In this challenge you will analyse the dataset generated in the previous step (with some modifications), and also interpret the results. Each one of you works in separate scripts (find them in the project folder).
Based on what you have done last week (a cleaned-up version), write a function called simCohort that takes two parameters: N (number of individuals in the cohort) and seed (seed for the random number generation). Stick to the proportion of men/women, smoker/non-smoker etc. from the previous exercise.
TIP: Check out the corresponding coursera videos on creating functions.
Then simulate two cohorts and use them when solving the 4 tasks below.

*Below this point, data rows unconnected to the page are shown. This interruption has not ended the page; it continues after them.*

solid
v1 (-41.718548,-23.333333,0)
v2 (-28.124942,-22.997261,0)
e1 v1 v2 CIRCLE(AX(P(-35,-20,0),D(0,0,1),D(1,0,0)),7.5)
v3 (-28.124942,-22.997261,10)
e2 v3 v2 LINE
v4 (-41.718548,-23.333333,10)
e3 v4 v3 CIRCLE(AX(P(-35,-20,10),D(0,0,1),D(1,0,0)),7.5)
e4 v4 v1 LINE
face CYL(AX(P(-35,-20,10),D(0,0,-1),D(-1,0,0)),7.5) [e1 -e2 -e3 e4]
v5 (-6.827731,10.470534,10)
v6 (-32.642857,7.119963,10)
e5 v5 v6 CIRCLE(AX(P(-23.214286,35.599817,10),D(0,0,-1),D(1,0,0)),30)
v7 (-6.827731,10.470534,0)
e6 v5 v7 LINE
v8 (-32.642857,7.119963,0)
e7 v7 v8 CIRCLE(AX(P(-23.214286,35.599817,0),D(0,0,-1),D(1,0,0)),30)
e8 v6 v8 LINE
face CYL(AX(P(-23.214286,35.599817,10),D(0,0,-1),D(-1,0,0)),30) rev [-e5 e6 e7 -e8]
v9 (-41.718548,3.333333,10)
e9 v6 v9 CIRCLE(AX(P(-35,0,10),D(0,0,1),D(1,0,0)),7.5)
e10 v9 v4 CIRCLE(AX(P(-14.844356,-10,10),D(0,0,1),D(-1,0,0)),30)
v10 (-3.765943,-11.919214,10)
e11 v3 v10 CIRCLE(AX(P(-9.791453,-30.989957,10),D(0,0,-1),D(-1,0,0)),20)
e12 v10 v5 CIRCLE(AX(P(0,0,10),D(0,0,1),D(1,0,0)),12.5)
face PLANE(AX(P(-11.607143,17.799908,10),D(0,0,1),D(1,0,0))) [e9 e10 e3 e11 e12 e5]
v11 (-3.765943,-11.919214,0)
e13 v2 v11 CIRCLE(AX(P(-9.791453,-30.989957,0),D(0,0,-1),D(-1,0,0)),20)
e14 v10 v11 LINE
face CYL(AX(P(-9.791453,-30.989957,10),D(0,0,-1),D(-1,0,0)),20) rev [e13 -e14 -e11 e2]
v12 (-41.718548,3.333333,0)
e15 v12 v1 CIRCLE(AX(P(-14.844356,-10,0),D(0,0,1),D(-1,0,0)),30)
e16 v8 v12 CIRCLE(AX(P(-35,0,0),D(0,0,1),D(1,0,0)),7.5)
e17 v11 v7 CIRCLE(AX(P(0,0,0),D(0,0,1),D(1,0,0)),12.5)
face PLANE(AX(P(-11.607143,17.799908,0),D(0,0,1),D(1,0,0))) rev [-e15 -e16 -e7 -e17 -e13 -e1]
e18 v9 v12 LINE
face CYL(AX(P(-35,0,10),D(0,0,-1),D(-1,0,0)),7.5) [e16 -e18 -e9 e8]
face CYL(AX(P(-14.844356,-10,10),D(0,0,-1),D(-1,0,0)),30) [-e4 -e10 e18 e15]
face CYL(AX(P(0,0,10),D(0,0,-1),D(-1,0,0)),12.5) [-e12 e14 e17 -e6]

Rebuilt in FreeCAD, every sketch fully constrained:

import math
import FreeCAD as App
import Part
import Sketcher
Q = App.Units.Quantity

doc = App.newDocument("Part")
body = doc.addObject("PartDesign::Body", "Body")

# Sketch on XY plane
sketch1 = body.newObject("Sketcher::SketchObject", "Sketch")
sketch1.AttachmentSupport = (doc.getObject("XY_Plane"), [""])
sketch1.MapMode = "FlatFace"
sketch1.addGeometry([
    Part.ArcOfCircle(Part.Circle(App.Vector(0, 0, 0), App.Vector(0, 0, 1), 12), math.radians(-108), math.radians(123)),  # 0
    Part.ArcOfCircle(Part.Circle(App.Vector(-23, 36, 0), App.Vector(0, 0, 1), 30), math.radians(-108), math.radians(-57)),  # 1
    Part.ArcOfCircle(Part.Circle(App.Vector(-35, 0, 0), App.Vector(0, 0, 1), 7), math.radians(72), math.radians(154)),  # 2
    Part.ArcOfCircle(Part.Circle(App.Vector(-15, -10, 0), App.Vector(0, 0, 1), 30), math.radians(154), math.radians(206)),  # 3
    Part.ArcOfCircle(Part.Circle(App.Vector(-35, -20, 0), App.Vector(0, 0, 1), 8), math.radians(-154), math.radians(-24)),  # 4
    Part.ArcOfCircle(Part.Circle(App.Vector(-10, -31, 0), App.Vector(0, 0, 1), 20), math.radians(72), math.radians(156)),  # 5
], False)
sketch1.addConstraint([
    Sketcher.Constraint("Tangent", 0, 2, 1, 2),
    Sketcher.Constraint("Tangent", 1, 1, 2, 1),
    Sketcher.Constraint("Tangent", 2, 2, 3, 1),
    Sketcher.Constraint("Tangent", 3, 2, 4, 1),
    Sketcher.Constraint("Tangent", 4, 2, 5, 2),
    Sketcher.Constraint("Tangent", 5, 1, 0, 1),
    Sketcher.Constraint("Coincident", 0, 3, -1, 1),
    Sketcher.Constraint("Equal", 1, 3),
    Sketcher.Constraint("Equal", 2, 4),
    Sketcher.Constraint("PointOnObject", 2, 3, -1),
    Sketcher.Constraint("Vertical", 2, 3, 4, 3),
    Sketcher.Constraint("Radius", 1, Q("30 mm")),
    Sketcher.Constraint("Radius", 5, Q("20 mm")),
    Sketcher.Constraint("Radius", 0, Q("12.5 mm")),
    Sketcher.Constraint("Radius", 2, Q("7.5 mm")),
    Sketcher.Constraint("DistanceX", 2, 3, -1, 1, Q("35 mm")),
    Sketcher.Constraint("DistanceY", 3, 3, -1, 1, Q("10 mm")),
])
pad1 = body.newObject("PartDesign::Pad", "Pad")
pad1.Profile = sketch1
pad1.Length = 10

doc.recompute()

cohort1 <- simCohort(100, 123)
cohort2 <- simCohort(10000, 987)
-
Examine the association between age and sex (exposures) and bmi (continuous outcome). Use the lm function.
-
Examine whether sex modifies the effect of age on bmi. Include an interaction between age and sex in the model.
-
Do you see any differences between the results from the two cohorts? Why is that? Write a few lines on the interpretation of the results.
-
Bonus exercise: make a scatterplot and display the regression line. You can use both ggplot2 or the base graphics system. Be creative!
Your task is to simulate a cohort data set (Step 1) including both continuous and categorical characteristics. Then characterise the cohort (Step 2) using descriptive statistics (usual Table 1).
The simulation will have two parts, one assigned to Jakob and the other to Omar.
Both of you have to create an ID variable called "id" that goes from 1 to 1000 (tip: 1:1000 in R). Create also a sex variable called ("sex") including 0 (male) values for id numbers up to 600 and 1 from 601 to 1000. Having this common structure, you can then merge two data sets you generate.
Jakob's task
- Work in the script called ch1_simContinuous.R
- Simulate an age variable ("age") from a uniform distribution between 40 and 70 years (tip: use the runif function).
- Simulate a BMI variable ("bmi") that depends on both age and sex. Use the following equations: 21 + 0.1 Age and 20 + 0.15 Age for men and women, respectively. Add random noise to both using the rnorm function with mean=0 (both) and sd=2 (men), sd=2.5 (women).
- Your script should return a data frame called dataContinuous and include id, sex, age, bmi
Omar's task
- Work in the script called ch1_simCategorical.R
- Simulate an ethnicity variable ("ethnic") that has 0 (white) and 1 (non-white) values. Make the population prevalence of white ethnicity 95%. Use the rbinom function (tip: prob=0.95).
- Simulate a smoking variable ("smoke") that takes the following values: 0 (never), 1 (ex), 2 (current). This variable should depend on sex by using different probabilities for men (0.5, 0.3, 0.2) and women (0.6, 0.3, 0.1). Use the sample function.
- Your script should return a data frame called dataCategorical and include id, sex, ethnic, smoke
IMPORTANT NOTE FOR BOTH: set the seed (set.seed function) for the random number generation at the beginning of the script, so that the data set is reproducible.
Work together in the ch1_analysis.R script. You can divide the steps between each other, but each of you should be able to explain what is happening in the script.
- Source the two scripts that you wrote using the source command (use the project directory as working directory, so that we don't have to change the path each time we run the script on a different machine). After this, you should see two data frames in the R environment.
- Merge the two data frames by id using the merge function.
- Change the type of the categorical variables to factor using the factor commands. Use the labels from the description of Step 1.
- Calculate descriptive statistics overall (e.g. summary function) and by sex (summary within a tapply) using the summary/tapply and table/prop.table functions for continuous and categorical variables, respectively.
- Median (Q1-Q3) for continuous variables
- Frequency (%) for categorical variables
Remember to document your code and write a brief description when you commit a version. Ask each other or me for help if you are stuck, and remember to use R help, Google, StackExchange.